I have understood that it’s a joy that is not always fun. It is not even always fulfilling. It’s strictly challenging 24/7 and forever job which I am in parallel carrying with my other corporate sector job. A mother needs have the hands of a multitude of workers to fill all her kid’s needs, with power that makes her kids feel safe and protected, as well as sometimes a bit fearful because that is actually healthy respect. She needs to have feet that are quick as a deer's but that can also take one strong stand when it really matters, like an elephant! Ears that hear even the unspoken words, eyes that see all and comprehend more. A tongue that can coo sweet nothings to baby and harsh lines to an attitudinal teen! A stomach that can tolerate vomit anywhere, poop anytime and of any shade, and food made by questionably clean hands and little skill.
In essence, being a mother means doing the very best you can every single day, even on the days when you don’t feel like doing it with your best part, and knowing that, without a shadow of a doubt, it is worth it!

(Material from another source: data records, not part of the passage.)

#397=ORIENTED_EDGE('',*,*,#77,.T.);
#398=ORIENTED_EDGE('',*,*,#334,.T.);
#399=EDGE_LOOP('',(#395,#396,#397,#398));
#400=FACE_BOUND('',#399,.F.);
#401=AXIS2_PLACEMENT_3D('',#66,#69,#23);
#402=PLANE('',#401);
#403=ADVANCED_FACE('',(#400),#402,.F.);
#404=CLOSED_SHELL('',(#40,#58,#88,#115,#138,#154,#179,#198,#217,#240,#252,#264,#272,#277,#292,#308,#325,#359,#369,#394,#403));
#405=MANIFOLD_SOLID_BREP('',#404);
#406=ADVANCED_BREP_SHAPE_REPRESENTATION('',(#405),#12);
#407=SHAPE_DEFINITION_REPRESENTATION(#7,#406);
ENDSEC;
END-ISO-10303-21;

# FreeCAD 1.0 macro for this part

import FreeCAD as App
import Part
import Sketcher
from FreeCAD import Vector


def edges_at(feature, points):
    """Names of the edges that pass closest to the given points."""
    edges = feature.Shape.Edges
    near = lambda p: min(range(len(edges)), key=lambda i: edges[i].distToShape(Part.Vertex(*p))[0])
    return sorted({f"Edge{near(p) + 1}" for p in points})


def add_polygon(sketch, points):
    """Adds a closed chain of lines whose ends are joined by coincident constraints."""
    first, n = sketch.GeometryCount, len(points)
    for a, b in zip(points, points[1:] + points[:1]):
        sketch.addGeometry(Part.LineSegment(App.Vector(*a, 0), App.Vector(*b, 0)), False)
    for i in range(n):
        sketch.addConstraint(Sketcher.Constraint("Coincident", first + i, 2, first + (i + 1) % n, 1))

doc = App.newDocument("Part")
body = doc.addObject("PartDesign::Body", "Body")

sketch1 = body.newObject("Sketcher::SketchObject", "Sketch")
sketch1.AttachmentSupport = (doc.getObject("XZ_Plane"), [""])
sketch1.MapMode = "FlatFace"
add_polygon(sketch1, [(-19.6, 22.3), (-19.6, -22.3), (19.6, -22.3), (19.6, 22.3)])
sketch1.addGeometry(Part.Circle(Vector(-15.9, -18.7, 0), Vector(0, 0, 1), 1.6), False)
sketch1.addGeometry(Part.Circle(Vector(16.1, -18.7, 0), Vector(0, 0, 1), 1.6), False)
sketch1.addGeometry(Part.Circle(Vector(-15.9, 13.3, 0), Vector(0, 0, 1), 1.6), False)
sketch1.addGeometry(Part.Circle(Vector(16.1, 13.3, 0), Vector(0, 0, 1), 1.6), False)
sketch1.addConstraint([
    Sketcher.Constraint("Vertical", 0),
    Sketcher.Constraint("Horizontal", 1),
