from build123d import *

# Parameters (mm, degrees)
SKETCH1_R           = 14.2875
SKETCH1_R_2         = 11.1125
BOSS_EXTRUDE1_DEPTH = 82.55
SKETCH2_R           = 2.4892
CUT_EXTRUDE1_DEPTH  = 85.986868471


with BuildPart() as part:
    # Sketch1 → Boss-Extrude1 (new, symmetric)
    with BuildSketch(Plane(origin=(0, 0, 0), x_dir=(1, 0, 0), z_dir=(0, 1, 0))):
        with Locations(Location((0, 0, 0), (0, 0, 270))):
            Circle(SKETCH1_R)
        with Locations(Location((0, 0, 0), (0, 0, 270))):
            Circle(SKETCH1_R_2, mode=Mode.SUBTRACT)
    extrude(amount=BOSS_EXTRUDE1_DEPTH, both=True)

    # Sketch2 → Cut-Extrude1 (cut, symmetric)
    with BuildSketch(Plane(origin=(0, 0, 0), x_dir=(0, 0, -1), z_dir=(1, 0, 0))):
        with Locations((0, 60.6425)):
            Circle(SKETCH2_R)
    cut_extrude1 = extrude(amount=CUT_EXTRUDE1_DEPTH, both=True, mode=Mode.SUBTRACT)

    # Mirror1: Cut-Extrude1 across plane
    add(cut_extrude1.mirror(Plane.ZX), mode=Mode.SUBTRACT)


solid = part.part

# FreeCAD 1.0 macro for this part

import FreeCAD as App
import Part
import Sketcher
from FreeCAD import Vector
Q = App.Units.Quantity

doc = App.newDocument("Part")
body = doc.addObject("PartDesign::Body", "Body")

# Sketch on XZ plane
sketch1 = body.newObject("Sketcher::SketchObject", "Sketch")
sketch1.AttachmentSupport = (doc.getObject("XZ_Plane"), [""])
sketch1.MapMode = "FlatFace"
sketch1.addGeometry(Part.Circle(Vector(0, 0, 0), Vector(0, 0, 1), 14), False)
sketch1.addGeometry(Part.Circle(Vector(0, 0, 0), Vector(0, 0, 1), 11), False)
sketch1.addConstraint(Sketcher.Constraint("Coincident", 0, 3, -1, 1))
sketch1.addConstraint(Sketcher.Constraint("Coincident", 1, 3, -1, 1))
sketch1.addConstraint(Sketcher.Constraint("Diameter", 0, Q("1.125 in")))
sketch1.addConstraint(Sketcher.Constraint("Diameter", 1, Q("0.875 in")))
pad1 = body.newObject("PartDesign::Pad", "Pad")
pad1.Profile = sketch1
pad1.Length = Q("6.5 in")
pad1.Midplane = True

# Sketch on YZ plane
sketch2 = body.newObject("Sketcher::SketchObject", "Sketch001")
sketch2.AttachmentSupport = (doc.getObject("YZ_Plane"), [""])
sketch2.MapMode = "FlatFace"
sketch2.addGeometry(Part.Circle(Vector(60.6, 0, 0), Vector(0, 0, 1), 2.5), False)
sketch2.addConstraint(Sketcher.Constraint("PointOnObject", 0, 3, -1))
sketch2.addConstraint(Sketcher.Constraint("Diameter", 0, Q("0.196 in")))
sketch2.addConstraint(Sketcher.Constraint("DistanceX", -1, 1, 0, 3, Q("2.3875 in")))
pocket1 = body.newObject("PartDesign::Pocket", "Pocket")
pocket1.Profile = sketch2
pocket1.Length = 171.973737
pocket1.Midplane = True
doc.recompute()

mirrored = body.newObject("PartDesign::Mirrored", "Mirrored")
mirrored.Originals = [pocket1]
mirrored.MirrorPlane = (doc.getObject("XZ_Plane"), [""])
body.Tip = mirrored

doc.recompute()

That’s why I feel every day is Mother’s day. Because my son needs me every day and so do I. Having someone who loves you so purely is truly amazing. This, I understood after becoming a mother. I know I am far from perfect, yet my son loves me. At times I yell, at times I lose patience, and at times I am not nice at all, yet he passes on his sweetest smiles at me, yet he run behind me like he feels the deep love for him I have inside. He loves me at my best and at my worst. Sometime I fear that with each passing day, that light at the end of the tunnel that I used to long for seems to suddenly be approaching too fast. But again THAT IS MOTHERHOOD. Mix of fears and lots of love!
This post is for contest #EveryDayIsMothersDay.